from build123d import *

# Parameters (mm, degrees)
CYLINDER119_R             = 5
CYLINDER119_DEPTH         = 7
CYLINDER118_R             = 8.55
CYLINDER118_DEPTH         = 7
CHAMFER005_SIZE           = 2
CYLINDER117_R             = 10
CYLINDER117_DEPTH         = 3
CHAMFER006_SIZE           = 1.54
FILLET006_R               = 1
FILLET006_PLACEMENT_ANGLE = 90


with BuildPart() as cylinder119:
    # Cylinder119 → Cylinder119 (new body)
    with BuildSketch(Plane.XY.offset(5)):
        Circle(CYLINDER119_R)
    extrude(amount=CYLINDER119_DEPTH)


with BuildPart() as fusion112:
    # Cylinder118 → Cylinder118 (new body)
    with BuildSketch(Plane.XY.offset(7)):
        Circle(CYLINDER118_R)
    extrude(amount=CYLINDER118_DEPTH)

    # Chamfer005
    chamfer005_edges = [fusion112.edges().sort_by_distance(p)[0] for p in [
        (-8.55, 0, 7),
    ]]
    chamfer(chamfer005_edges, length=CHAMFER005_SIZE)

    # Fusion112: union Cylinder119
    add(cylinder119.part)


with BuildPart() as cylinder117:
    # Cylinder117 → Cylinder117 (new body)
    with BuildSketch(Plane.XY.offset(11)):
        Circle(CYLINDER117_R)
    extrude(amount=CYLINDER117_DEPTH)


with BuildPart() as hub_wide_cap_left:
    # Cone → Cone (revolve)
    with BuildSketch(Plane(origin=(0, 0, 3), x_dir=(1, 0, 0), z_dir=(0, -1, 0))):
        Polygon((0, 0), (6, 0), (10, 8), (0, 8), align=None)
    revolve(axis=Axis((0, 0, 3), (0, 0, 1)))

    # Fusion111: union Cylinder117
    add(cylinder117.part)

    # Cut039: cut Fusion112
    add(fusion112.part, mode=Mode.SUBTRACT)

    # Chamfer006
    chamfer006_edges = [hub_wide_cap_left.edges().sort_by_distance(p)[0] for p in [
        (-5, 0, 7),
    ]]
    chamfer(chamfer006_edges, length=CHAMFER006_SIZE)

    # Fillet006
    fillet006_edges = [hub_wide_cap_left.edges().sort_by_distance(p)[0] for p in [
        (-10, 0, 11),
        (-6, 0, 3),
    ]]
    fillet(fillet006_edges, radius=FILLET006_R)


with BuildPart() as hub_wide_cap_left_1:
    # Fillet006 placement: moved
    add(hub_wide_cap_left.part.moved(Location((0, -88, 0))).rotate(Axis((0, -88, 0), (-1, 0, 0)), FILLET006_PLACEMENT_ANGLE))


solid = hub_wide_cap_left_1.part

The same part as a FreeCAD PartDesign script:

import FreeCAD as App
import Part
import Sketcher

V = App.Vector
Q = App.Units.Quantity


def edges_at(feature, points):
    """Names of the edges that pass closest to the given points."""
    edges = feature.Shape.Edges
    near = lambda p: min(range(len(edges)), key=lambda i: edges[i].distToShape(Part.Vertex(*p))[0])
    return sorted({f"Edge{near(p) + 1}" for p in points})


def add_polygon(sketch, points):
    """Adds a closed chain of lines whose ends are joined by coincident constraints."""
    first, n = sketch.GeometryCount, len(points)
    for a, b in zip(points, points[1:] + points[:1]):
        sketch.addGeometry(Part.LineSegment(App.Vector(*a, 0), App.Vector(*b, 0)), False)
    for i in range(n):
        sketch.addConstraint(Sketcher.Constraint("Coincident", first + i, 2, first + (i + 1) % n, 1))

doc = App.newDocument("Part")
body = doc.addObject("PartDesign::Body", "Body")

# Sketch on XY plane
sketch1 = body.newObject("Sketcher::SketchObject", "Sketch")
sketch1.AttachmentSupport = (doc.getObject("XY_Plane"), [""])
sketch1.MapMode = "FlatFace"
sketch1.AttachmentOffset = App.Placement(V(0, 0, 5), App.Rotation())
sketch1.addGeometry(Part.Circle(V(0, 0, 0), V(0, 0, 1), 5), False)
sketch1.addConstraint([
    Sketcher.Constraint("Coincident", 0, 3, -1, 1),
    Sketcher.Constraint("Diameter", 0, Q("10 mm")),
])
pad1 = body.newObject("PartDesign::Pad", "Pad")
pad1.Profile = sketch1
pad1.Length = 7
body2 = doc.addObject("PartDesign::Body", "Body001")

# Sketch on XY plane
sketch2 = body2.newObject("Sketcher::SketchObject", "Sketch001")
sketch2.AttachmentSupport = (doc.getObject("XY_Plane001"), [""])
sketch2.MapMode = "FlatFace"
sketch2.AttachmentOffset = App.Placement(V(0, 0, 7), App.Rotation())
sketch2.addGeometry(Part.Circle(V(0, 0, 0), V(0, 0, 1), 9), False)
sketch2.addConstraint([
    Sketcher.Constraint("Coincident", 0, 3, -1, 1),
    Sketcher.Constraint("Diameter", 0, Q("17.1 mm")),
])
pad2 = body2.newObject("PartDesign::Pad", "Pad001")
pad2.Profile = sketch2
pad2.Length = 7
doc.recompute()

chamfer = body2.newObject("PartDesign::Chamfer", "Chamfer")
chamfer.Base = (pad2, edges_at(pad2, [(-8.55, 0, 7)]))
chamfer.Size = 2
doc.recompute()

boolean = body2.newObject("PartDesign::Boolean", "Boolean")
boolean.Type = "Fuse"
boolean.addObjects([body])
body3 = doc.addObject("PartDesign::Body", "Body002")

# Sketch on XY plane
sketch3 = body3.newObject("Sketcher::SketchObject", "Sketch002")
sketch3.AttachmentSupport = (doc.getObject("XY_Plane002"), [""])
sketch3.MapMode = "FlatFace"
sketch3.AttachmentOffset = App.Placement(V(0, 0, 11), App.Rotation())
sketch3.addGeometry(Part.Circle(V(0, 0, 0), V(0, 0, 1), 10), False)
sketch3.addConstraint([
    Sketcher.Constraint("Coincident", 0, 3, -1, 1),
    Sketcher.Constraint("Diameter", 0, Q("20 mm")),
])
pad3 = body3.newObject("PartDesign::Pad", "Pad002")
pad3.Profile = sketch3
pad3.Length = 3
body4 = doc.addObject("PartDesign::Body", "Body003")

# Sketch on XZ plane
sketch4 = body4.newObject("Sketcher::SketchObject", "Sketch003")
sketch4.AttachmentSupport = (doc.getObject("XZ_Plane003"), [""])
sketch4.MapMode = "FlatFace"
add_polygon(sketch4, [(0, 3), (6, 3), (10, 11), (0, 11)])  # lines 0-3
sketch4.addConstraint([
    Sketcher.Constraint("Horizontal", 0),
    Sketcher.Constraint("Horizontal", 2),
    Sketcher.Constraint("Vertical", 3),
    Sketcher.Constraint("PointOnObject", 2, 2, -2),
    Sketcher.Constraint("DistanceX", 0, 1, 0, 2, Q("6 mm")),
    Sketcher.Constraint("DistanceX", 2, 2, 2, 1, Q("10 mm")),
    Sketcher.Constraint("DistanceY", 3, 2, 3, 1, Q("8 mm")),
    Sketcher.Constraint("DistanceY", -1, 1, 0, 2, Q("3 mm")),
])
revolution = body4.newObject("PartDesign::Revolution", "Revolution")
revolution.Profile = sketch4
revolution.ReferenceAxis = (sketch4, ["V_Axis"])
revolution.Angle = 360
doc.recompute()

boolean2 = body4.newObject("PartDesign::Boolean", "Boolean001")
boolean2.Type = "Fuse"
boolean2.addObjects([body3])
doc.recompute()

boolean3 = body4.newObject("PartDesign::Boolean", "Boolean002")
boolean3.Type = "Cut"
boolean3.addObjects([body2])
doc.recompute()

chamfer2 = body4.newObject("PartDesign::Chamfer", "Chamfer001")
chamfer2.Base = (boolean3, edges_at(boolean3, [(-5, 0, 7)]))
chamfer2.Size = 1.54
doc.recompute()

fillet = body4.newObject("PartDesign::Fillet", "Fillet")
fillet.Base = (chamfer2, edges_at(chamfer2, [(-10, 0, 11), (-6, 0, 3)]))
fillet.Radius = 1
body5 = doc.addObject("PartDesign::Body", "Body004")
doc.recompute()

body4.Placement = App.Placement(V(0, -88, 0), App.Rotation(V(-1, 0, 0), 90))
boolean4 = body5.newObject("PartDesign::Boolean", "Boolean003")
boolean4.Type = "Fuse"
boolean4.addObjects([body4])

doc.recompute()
------
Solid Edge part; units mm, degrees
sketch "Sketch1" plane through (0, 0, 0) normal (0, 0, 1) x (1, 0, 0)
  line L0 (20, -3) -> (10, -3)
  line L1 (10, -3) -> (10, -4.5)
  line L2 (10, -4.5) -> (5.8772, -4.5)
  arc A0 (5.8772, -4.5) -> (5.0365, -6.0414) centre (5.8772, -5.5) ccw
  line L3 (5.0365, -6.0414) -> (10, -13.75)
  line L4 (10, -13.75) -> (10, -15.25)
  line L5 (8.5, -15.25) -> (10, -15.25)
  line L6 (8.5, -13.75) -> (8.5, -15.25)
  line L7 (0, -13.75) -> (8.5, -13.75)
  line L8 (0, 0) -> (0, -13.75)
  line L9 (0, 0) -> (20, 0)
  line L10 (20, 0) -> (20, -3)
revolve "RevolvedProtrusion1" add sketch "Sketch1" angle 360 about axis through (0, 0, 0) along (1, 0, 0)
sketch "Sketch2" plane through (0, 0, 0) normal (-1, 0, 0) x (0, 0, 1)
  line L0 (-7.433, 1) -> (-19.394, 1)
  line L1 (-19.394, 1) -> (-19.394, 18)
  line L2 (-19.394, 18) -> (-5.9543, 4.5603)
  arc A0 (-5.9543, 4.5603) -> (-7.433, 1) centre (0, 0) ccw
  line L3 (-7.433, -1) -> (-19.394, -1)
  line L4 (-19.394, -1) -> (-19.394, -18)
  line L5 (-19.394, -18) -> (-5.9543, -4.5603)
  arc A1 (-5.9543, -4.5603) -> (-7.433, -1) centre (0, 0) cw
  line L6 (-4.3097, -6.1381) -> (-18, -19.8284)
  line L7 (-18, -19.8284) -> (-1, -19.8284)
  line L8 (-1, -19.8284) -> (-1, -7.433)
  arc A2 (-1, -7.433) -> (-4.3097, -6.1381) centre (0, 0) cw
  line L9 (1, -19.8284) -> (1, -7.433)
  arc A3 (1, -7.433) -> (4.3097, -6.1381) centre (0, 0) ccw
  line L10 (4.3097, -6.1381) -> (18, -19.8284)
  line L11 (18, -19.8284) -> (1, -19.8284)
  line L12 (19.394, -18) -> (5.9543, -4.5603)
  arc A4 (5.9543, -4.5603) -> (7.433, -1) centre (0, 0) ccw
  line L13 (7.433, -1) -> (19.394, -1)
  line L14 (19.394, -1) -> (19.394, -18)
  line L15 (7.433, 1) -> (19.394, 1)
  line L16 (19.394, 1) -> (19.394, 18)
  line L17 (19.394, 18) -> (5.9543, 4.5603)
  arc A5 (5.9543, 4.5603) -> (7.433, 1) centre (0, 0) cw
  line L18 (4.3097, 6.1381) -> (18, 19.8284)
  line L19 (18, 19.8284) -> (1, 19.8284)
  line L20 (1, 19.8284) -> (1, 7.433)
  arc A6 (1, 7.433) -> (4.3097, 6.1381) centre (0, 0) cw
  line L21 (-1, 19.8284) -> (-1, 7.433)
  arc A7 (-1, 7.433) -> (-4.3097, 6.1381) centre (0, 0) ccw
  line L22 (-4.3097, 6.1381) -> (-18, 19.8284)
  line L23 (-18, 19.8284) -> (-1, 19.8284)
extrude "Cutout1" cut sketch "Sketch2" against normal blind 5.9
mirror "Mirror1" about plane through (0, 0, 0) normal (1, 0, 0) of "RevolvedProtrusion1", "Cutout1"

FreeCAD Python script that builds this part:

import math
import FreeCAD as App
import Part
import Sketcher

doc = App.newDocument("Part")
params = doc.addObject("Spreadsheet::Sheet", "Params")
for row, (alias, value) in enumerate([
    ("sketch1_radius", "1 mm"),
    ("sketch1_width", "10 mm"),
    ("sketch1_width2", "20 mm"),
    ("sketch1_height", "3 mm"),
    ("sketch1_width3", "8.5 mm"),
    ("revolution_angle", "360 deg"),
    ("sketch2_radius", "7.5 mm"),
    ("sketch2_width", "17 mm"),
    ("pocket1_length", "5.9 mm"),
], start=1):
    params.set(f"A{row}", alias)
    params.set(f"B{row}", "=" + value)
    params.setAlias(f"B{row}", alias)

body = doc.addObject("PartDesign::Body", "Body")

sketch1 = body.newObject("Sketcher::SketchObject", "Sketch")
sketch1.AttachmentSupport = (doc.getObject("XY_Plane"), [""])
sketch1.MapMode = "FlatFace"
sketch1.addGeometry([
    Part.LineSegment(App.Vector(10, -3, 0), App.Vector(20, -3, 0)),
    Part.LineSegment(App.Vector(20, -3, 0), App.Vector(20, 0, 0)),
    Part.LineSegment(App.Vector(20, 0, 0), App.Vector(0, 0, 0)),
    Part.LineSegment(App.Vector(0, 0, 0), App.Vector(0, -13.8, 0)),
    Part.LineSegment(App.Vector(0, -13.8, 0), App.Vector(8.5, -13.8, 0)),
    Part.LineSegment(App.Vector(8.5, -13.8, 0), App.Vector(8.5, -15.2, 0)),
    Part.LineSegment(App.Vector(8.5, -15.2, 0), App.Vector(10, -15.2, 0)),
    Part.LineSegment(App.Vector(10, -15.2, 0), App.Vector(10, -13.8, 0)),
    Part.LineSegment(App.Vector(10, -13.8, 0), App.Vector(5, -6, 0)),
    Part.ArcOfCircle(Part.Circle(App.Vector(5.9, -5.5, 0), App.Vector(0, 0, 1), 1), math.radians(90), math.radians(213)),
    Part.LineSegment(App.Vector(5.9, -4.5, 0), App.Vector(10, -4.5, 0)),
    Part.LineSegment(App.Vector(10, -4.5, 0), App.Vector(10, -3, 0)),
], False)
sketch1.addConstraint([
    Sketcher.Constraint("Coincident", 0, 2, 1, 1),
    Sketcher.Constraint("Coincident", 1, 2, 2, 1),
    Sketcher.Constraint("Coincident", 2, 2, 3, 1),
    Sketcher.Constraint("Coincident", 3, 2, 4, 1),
------
## What the exercise asks
Among the lines above, repeat exactly those from the line with "from build123d import *" to the line with "solid = hub_wide_cap_left_1.part", counting both ends.

## Problem solution
from build123d import *

# Parameters (mm, degrees)
CYLINDER119_R             = 5
CYLINDER119_DEPTH         = 7
CYLINDER118_R             = 8.55
CYLINDER118_DEPTH         = 7
CHAMFER005_SIZE           = 2
CYLINDER117_R             = 10
CYLINDER117_DEPTH         = 3
CHAMFER006_SIZE           = 1.54
FILLET006_R               = 1
FILLET006_PLACEMENT_ANGLE = 90


with BuildPart() as cylinder119:
    # Cylinder119 → Cylinder119 (new body)
    with BuildSketch(Plane.XY.offset(5)):
        Circle(CYLINDER119_R)
    extrude(amount=CYLINDER119_DEPTH)


with BuildPart() as fusion112:
    # Cylinder118 → Cylinder118 (new body)
    with BuildSketch(Plane.XY.offset(7)):
        Circle(CYLINDER118_R)
    extrude(amount=CYLINDER118_DEPTH)

    # Chamfer005
    chamfer005_edges = [fusion112.edges().sort_by_distance(p)[0] for p in [
        (-8.55, 0, 7),
    ]]
    chamfer(chamfer005_edges, length=CHAMFER005_SIZE)

    # Fusion112: union Cylinder119
    add(cylinder119.part)


with BuildPart() as cylinder117:
    # Cylinder117 → Cylinder117 (new body)
    with BuildSketch(Plane.XY.offset(11)):
        Circle(CYLINDER117_R)
    extrude(amount=CYLINDER117_DEPTH)


with BuildPart() as hub_wide_cap_left:
    # Cone → Cone (revolve)
    with BuildSketch(Plane(origin=(0, 0, 3), x_dir=(1, 0, 0), z_dir=(0, -1, 0))):
        Polygon((0, 0), (6, 0), (10, 8), (0, 8), align=None)
    revolve(axis=Axis((0, 0, 3), (0, 0, 1)))

    # Fusion111: union Cylinder117
    add(cylinder117.part)

    # Cut039: cut Fusion112
    add(fusion112.part, mode=Mode.SUBTRACT)

    # Chamfer006
    chamfer006_edges = [hub_wide_cap_left.edges().sort_by_distance(p)[0] for p in [
        (-5, 0, 7),
    ]]
    chamfer(chamfer006_edges, length=CHAMFER006_SIZE)

    # Fillet006
    fillet006_edges = [hub_wide_cap_left.edges().sort_by_distance(p)[0] for p in [
        (-10, 0, 11),
        (-6, 0, 3),
    ]]
    fillet(fillet006_edges, radius=FILLET006_R)


with BuildPart() as hub_wide_cap_left_1:
    # Fillet006 placement: moved
    add(hub_wide_cap_left.part.moved(Location((0, -88, 0))).rotate(Axis((0, -88, 0), (-1, 0, 0)), FILLET006_PLACEMENT_ANGLE))


solid = hub_wide_cap_left_1.part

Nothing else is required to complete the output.